_Exercise requirements_. Only one stretch of the data below is needed. Output the lines from the one with "v -21.6 17.5 0" up to and including the one with "v -21.6 -17.5 0", exactly as they stand.

* * * * *

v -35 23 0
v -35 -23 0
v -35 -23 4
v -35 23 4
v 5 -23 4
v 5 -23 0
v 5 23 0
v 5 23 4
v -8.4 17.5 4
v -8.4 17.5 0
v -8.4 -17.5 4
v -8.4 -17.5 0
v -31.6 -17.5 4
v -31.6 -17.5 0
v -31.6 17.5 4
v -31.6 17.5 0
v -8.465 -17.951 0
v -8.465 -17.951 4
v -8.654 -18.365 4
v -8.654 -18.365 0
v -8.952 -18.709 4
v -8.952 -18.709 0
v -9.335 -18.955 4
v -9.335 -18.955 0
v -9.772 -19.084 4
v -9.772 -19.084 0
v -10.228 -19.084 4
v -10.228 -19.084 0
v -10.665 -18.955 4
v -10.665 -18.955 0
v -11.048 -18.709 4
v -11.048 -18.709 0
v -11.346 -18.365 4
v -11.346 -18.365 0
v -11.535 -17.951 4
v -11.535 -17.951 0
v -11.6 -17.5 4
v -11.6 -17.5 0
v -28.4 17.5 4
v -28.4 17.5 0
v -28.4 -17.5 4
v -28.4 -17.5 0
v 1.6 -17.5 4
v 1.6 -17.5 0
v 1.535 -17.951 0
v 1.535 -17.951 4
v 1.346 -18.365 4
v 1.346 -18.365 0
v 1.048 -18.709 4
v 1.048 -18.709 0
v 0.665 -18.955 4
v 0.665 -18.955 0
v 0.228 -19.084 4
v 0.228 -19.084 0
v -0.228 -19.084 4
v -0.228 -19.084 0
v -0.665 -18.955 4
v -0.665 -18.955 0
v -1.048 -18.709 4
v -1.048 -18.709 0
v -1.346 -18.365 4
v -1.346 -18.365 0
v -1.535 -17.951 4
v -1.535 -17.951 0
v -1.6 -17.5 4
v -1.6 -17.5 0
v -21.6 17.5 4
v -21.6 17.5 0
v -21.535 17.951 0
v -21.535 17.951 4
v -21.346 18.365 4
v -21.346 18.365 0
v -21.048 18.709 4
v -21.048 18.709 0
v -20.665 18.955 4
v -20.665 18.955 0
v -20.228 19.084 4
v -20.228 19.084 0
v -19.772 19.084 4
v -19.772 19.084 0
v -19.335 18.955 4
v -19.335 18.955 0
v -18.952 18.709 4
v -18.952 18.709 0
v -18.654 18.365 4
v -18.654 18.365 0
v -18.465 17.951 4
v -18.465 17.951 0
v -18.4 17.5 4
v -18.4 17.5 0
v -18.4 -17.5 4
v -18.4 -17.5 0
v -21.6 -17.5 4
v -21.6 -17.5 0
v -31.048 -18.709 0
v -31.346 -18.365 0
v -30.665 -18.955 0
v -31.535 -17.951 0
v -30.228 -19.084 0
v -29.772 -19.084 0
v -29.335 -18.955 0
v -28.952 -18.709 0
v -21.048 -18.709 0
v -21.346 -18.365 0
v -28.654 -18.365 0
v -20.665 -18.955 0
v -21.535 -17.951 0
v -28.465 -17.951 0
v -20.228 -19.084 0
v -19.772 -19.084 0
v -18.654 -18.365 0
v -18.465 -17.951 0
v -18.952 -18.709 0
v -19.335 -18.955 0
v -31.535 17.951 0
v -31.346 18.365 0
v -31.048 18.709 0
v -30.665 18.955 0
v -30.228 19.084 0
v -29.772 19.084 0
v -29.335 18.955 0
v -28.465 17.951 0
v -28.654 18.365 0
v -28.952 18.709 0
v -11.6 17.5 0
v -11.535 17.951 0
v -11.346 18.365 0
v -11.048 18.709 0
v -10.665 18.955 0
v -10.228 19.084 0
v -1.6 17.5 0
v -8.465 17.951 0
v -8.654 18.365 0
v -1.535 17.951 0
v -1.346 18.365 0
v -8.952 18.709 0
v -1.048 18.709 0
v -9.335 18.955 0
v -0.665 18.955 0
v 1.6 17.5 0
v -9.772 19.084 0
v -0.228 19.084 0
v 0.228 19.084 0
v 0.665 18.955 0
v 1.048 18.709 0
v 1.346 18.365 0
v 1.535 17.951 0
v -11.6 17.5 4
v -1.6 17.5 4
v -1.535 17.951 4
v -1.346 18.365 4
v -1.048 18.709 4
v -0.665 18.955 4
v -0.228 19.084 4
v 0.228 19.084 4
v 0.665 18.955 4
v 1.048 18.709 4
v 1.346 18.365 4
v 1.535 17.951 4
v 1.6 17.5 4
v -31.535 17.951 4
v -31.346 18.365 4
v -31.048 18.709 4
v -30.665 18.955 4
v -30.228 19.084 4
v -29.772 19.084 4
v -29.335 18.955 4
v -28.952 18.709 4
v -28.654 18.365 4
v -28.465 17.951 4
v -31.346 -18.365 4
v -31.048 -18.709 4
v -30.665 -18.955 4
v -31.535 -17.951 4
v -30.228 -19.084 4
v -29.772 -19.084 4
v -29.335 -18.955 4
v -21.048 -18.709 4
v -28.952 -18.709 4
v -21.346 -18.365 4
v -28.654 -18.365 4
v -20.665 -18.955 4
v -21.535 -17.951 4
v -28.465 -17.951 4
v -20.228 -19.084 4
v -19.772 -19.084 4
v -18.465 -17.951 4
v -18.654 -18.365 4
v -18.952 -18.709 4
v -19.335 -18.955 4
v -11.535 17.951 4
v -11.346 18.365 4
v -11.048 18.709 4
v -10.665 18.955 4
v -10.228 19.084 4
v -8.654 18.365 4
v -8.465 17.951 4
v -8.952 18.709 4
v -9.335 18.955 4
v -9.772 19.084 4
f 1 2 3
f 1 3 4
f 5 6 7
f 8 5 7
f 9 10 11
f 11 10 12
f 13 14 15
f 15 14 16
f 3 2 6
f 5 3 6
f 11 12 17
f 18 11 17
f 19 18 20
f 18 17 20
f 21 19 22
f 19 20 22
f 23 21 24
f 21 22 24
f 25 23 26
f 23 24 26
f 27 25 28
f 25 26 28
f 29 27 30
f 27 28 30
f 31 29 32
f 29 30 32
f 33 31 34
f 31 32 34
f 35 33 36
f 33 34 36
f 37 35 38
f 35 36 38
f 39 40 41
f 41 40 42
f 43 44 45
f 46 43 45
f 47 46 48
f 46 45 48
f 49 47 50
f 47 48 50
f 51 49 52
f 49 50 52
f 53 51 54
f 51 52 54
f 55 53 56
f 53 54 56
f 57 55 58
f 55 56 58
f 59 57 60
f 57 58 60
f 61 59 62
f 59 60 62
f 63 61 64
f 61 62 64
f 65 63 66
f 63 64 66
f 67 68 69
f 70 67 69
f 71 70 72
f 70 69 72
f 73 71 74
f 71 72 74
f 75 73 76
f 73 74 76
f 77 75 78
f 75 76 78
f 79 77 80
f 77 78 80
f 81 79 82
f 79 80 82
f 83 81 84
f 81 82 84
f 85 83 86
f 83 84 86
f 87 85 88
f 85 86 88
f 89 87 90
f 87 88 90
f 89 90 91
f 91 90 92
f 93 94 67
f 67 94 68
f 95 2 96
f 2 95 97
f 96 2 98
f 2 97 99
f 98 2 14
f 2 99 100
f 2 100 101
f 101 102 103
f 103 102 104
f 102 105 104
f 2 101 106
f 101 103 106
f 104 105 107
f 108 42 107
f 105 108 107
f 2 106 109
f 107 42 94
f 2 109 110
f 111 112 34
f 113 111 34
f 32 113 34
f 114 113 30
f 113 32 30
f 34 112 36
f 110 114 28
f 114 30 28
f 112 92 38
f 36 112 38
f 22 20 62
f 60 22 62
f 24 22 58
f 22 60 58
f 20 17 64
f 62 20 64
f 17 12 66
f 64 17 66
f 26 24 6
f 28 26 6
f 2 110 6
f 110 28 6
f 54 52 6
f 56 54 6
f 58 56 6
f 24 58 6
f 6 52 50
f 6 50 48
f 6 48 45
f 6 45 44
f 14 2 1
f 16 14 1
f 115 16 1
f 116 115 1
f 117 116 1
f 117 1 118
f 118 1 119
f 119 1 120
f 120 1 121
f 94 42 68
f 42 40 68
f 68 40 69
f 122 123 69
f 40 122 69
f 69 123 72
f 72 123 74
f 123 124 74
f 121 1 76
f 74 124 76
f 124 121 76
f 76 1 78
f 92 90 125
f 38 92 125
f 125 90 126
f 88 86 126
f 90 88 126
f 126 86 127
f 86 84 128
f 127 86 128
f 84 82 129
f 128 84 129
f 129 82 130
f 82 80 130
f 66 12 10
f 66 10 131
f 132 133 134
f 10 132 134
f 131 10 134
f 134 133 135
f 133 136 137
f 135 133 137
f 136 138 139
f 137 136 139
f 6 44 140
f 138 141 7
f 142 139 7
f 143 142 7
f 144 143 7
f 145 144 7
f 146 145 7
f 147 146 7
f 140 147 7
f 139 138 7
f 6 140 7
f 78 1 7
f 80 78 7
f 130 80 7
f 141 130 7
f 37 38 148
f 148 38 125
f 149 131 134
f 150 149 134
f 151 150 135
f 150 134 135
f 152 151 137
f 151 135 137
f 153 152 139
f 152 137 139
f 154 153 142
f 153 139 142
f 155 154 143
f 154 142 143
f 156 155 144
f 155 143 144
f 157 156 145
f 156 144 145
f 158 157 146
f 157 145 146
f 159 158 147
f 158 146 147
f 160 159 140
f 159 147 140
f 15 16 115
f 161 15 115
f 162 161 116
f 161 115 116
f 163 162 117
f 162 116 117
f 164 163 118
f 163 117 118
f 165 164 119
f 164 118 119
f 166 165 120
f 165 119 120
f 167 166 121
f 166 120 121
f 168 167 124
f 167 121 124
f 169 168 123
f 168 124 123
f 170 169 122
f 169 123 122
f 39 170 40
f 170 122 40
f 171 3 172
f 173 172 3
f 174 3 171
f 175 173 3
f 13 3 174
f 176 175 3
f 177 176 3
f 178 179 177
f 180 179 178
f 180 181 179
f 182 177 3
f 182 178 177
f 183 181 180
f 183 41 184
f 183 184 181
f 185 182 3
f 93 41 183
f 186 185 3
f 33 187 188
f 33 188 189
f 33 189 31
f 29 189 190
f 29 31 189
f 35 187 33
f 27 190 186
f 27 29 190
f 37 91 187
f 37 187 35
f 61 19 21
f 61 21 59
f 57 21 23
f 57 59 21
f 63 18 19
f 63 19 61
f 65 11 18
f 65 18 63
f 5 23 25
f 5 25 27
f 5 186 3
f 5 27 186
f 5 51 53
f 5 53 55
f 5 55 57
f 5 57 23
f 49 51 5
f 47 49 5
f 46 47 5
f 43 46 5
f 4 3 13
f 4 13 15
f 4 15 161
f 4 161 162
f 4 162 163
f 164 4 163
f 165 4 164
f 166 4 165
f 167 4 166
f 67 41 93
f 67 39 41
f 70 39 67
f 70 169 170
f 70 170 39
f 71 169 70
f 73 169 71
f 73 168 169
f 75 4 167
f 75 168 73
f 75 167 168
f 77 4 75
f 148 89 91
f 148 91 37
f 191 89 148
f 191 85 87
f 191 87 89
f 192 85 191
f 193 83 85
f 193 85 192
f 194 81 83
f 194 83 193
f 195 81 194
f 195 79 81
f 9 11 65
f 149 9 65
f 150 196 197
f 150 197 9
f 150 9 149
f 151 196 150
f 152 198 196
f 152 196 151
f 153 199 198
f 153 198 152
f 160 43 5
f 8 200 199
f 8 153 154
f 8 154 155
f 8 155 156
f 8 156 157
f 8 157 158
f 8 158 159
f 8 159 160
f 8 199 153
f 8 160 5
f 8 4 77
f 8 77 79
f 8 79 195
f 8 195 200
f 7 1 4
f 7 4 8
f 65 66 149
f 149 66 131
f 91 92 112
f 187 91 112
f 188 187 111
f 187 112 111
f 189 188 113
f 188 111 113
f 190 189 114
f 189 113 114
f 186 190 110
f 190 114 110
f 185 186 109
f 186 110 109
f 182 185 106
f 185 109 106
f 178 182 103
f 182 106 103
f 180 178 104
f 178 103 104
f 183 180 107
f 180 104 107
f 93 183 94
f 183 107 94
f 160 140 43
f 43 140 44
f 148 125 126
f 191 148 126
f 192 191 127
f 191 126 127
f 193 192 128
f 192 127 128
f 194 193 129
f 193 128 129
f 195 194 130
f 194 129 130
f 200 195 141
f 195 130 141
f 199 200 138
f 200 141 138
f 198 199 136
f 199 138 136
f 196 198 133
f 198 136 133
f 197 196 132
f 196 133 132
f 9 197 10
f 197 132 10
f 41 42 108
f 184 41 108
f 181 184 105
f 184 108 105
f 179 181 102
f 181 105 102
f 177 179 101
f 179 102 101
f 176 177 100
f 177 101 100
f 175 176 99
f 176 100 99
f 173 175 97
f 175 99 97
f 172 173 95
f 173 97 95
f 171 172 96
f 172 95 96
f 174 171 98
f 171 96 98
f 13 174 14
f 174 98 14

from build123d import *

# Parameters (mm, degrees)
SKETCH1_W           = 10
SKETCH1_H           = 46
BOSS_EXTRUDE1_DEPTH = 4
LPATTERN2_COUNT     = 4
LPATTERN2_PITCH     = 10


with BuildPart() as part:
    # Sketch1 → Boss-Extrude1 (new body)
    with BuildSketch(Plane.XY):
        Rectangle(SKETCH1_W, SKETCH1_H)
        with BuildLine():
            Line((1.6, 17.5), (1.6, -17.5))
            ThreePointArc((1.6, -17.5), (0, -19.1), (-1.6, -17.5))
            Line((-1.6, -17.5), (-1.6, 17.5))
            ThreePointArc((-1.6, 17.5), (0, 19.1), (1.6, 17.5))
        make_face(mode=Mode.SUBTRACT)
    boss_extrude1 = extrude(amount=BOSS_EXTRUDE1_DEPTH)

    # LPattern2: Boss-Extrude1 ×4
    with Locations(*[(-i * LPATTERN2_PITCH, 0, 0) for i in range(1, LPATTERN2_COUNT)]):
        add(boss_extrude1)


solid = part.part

* * * * *

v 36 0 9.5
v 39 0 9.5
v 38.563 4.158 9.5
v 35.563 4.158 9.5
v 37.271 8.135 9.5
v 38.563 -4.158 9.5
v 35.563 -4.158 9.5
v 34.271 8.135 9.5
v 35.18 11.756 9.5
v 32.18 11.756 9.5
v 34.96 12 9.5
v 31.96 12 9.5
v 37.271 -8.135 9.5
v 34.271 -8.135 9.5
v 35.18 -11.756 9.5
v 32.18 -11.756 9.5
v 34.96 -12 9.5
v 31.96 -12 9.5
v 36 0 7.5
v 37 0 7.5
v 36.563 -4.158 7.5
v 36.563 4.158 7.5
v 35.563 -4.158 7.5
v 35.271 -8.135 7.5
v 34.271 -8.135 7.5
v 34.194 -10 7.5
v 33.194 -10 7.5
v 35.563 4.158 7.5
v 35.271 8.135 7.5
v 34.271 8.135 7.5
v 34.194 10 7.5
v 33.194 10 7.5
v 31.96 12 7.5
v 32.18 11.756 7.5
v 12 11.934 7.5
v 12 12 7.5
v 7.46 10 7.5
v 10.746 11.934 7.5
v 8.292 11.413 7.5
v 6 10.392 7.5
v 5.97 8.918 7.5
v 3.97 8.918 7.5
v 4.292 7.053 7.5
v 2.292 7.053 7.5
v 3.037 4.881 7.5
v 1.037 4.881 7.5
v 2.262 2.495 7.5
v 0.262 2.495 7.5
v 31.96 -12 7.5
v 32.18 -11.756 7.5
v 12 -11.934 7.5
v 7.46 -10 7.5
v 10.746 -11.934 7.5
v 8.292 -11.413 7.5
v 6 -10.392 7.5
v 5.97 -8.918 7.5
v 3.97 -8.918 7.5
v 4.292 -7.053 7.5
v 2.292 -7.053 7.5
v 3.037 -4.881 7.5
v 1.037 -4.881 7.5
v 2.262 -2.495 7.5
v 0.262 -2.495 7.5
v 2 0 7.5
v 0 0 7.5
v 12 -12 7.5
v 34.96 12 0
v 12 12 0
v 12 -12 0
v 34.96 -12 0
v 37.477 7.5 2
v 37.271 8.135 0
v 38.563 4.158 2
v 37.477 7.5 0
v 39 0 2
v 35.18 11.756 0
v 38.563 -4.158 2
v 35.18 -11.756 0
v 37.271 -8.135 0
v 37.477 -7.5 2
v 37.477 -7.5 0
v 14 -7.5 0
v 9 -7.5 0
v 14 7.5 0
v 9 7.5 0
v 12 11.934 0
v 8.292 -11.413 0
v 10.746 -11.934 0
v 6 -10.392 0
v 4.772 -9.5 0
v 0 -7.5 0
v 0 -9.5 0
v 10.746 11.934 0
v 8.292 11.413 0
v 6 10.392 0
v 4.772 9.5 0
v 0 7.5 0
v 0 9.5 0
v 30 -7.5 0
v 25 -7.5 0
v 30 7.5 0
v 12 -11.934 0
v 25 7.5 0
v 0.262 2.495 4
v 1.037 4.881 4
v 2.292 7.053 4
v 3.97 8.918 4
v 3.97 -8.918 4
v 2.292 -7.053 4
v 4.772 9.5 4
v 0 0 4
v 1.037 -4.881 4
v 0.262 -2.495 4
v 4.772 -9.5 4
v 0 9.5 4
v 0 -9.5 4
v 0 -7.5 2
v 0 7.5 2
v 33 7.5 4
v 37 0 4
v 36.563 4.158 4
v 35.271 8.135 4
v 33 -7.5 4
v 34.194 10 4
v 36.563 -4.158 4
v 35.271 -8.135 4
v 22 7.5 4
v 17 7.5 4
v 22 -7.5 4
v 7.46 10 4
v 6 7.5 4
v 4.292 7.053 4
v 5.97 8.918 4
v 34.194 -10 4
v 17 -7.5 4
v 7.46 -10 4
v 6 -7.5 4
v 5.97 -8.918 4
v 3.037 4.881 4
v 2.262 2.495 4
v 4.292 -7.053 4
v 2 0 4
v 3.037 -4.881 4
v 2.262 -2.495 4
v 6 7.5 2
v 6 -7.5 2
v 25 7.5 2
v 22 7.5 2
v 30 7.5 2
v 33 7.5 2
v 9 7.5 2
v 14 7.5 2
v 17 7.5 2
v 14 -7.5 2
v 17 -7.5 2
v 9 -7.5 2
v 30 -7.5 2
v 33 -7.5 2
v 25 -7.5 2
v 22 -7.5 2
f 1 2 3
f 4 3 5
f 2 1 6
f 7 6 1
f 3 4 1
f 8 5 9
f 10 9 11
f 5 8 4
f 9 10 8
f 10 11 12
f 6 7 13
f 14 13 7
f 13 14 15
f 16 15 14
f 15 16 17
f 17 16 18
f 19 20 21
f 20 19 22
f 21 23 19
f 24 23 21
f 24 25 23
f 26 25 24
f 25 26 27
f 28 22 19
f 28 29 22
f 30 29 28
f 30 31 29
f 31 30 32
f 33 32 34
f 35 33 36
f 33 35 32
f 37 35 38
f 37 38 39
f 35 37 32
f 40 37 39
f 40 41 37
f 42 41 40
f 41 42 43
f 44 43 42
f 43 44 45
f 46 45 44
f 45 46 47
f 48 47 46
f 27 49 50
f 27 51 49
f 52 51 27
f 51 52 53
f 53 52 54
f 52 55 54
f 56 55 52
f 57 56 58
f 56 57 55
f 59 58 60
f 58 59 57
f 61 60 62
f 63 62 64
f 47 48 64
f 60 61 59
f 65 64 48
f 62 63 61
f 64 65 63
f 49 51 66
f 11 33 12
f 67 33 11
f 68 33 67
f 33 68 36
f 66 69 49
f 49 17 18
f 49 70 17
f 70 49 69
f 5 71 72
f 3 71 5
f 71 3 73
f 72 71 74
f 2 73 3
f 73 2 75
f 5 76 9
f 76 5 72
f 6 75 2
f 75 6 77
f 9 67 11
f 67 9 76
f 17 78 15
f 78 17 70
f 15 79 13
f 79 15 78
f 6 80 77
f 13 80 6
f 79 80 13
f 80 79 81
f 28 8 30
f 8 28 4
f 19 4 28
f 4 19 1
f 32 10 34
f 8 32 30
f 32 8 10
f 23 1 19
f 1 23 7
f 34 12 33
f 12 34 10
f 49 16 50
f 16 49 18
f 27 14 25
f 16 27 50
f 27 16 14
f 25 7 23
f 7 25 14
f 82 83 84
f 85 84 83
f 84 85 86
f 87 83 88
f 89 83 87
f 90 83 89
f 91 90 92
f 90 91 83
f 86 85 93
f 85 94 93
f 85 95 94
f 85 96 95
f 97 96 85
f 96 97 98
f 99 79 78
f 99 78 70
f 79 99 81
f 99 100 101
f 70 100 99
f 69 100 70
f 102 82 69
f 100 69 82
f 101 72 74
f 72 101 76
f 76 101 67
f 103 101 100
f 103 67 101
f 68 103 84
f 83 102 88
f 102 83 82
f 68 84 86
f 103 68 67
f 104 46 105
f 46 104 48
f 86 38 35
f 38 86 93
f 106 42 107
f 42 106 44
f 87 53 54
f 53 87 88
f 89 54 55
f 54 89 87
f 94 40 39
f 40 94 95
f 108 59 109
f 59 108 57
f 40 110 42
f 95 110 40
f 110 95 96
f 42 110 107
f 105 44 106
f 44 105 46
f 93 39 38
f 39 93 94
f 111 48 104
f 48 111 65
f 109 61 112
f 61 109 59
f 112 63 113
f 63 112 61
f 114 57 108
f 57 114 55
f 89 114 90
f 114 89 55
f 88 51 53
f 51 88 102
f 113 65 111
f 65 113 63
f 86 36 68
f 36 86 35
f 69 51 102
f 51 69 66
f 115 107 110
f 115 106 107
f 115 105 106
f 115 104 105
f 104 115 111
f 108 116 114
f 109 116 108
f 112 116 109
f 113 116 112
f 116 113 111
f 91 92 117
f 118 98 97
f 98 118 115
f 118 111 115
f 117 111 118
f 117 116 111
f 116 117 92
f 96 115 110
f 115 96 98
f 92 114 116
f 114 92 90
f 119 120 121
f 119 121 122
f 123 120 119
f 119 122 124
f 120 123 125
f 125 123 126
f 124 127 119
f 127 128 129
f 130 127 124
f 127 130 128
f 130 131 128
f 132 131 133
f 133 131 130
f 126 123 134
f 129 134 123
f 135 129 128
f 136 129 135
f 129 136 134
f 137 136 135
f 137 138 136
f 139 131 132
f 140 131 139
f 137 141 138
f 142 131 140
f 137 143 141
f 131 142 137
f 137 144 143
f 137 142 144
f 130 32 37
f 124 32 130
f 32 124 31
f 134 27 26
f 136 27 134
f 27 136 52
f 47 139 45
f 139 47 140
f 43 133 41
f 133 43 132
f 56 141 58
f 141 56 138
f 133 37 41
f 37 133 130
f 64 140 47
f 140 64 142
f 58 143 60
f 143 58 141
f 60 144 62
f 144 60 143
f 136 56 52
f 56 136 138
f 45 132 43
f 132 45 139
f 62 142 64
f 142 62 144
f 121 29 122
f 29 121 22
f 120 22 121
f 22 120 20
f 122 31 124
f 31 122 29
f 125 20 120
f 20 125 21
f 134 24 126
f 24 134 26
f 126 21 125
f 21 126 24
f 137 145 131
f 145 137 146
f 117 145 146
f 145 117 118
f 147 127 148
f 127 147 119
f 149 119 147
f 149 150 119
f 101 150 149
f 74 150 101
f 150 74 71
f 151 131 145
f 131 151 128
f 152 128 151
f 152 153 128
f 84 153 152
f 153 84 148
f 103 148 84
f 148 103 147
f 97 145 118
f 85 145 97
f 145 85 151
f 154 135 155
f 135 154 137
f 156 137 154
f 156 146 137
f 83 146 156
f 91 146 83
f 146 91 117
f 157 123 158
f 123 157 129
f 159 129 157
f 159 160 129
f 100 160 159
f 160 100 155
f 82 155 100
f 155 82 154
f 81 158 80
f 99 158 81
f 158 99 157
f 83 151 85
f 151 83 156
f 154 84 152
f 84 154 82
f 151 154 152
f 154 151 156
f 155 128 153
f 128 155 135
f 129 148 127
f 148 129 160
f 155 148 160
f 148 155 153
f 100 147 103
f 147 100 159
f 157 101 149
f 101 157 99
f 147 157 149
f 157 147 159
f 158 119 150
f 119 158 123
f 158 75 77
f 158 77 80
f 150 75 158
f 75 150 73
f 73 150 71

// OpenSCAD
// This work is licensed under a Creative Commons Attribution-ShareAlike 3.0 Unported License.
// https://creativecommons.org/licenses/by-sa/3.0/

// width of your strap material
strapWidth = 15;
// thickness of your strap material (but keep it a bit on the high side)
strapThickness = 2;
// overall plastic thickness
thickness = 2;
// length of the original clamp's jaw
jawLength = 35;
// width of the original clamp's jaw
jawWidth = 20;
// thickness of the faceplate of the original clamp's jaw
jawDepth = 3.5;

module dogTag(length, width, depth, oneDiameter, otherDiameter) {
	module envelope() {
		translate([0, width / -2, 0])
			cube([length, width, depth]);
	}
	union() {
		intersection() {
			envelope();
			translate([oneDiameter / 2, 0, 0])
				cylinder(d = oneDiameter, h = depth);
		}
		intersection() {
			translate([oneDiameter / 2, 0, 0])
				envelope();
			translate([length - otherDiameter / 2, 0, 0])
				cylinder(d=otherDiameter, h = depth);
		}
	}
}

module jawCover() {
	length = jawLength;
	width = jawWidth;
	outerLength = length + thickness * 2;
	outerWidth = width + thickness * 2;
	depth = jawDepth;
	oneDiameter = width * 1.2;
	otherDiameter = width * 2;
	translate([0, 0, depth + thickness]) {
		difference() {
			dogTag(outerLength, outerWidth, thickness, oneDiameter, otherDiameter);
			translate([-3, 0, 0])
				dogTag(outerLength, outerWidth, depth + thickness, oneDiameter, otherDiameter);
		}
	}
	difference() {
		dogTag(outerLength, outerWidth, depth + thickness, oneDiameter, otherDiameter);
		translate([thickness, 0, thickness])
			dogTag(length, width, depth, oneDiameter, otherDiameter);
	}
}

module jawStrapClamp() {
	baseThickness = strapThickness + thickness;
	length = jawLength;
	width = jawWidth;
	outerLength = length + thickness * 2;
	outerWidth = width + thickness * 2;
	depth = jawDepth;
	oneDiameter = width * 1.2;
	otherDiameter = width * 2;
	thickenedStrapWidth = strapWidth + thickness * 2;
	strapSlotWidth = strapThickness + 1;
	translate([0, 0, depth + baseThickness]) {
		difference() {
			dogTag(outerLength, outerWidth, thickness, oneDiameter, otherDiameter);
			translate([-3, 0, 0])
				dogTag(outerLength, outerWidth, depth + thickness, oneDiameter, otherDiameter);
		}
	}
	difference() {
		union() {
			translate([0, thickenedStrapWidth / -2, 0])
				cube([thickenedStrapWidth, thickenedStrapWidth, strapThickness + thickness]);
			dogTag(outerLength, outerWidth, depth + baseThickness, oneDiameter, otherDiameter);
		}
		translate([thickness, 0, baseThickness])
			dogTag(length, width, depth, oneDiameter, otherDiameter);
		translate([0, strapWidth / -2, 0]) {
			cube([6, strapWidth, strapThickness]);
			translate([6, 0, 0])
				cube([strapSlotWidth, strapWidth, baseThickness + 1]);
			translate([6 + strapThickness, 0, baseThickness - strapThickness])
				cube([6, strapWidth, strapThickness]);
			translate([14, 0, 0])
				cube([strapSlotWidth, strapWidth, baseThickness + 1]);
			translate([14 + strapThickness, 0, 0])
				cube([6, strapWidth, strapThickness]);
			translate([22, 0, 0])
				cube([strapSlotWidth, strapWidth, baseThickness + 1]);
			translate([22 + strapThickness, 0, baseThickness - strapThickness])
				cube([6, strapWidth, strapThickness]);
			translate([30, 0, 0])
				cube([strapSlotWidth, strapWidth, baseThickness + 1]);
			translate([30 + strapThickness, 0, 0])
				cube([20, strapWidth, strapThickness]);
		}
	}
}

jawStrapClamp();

* * * * *

_Task output_.
v -21.6 17.5 0
v -21.535 17.951 0
v -21.535 17.951 4
v -21.346 18.365 4
v -21.346 18.365 0
v -21.048 18.709 4
v -21.048 18.709 0
v -20.665 18.955 4
v -20.665 18.955 0
v -20.228 19.084 4
v -20.228 19.084 0
v -19.772 19.084 4
v -19.772 19.084 0
v -19.335 18.955 4
v -19.335 18.955 0
v -18.952 18.709 4
v -18.952 18.709 0
v -18.654 18.365 4
v -18.654 18.365 0
v -18.465 17.951 4
v -18.465 17.951 0
v -18.4 17.5 4
v -18.4 17.5 0
v -18.4 -17.5 4
v -18.4 -17.5 0
v -21.6 -17.5 4
v -21.6 -17.5 0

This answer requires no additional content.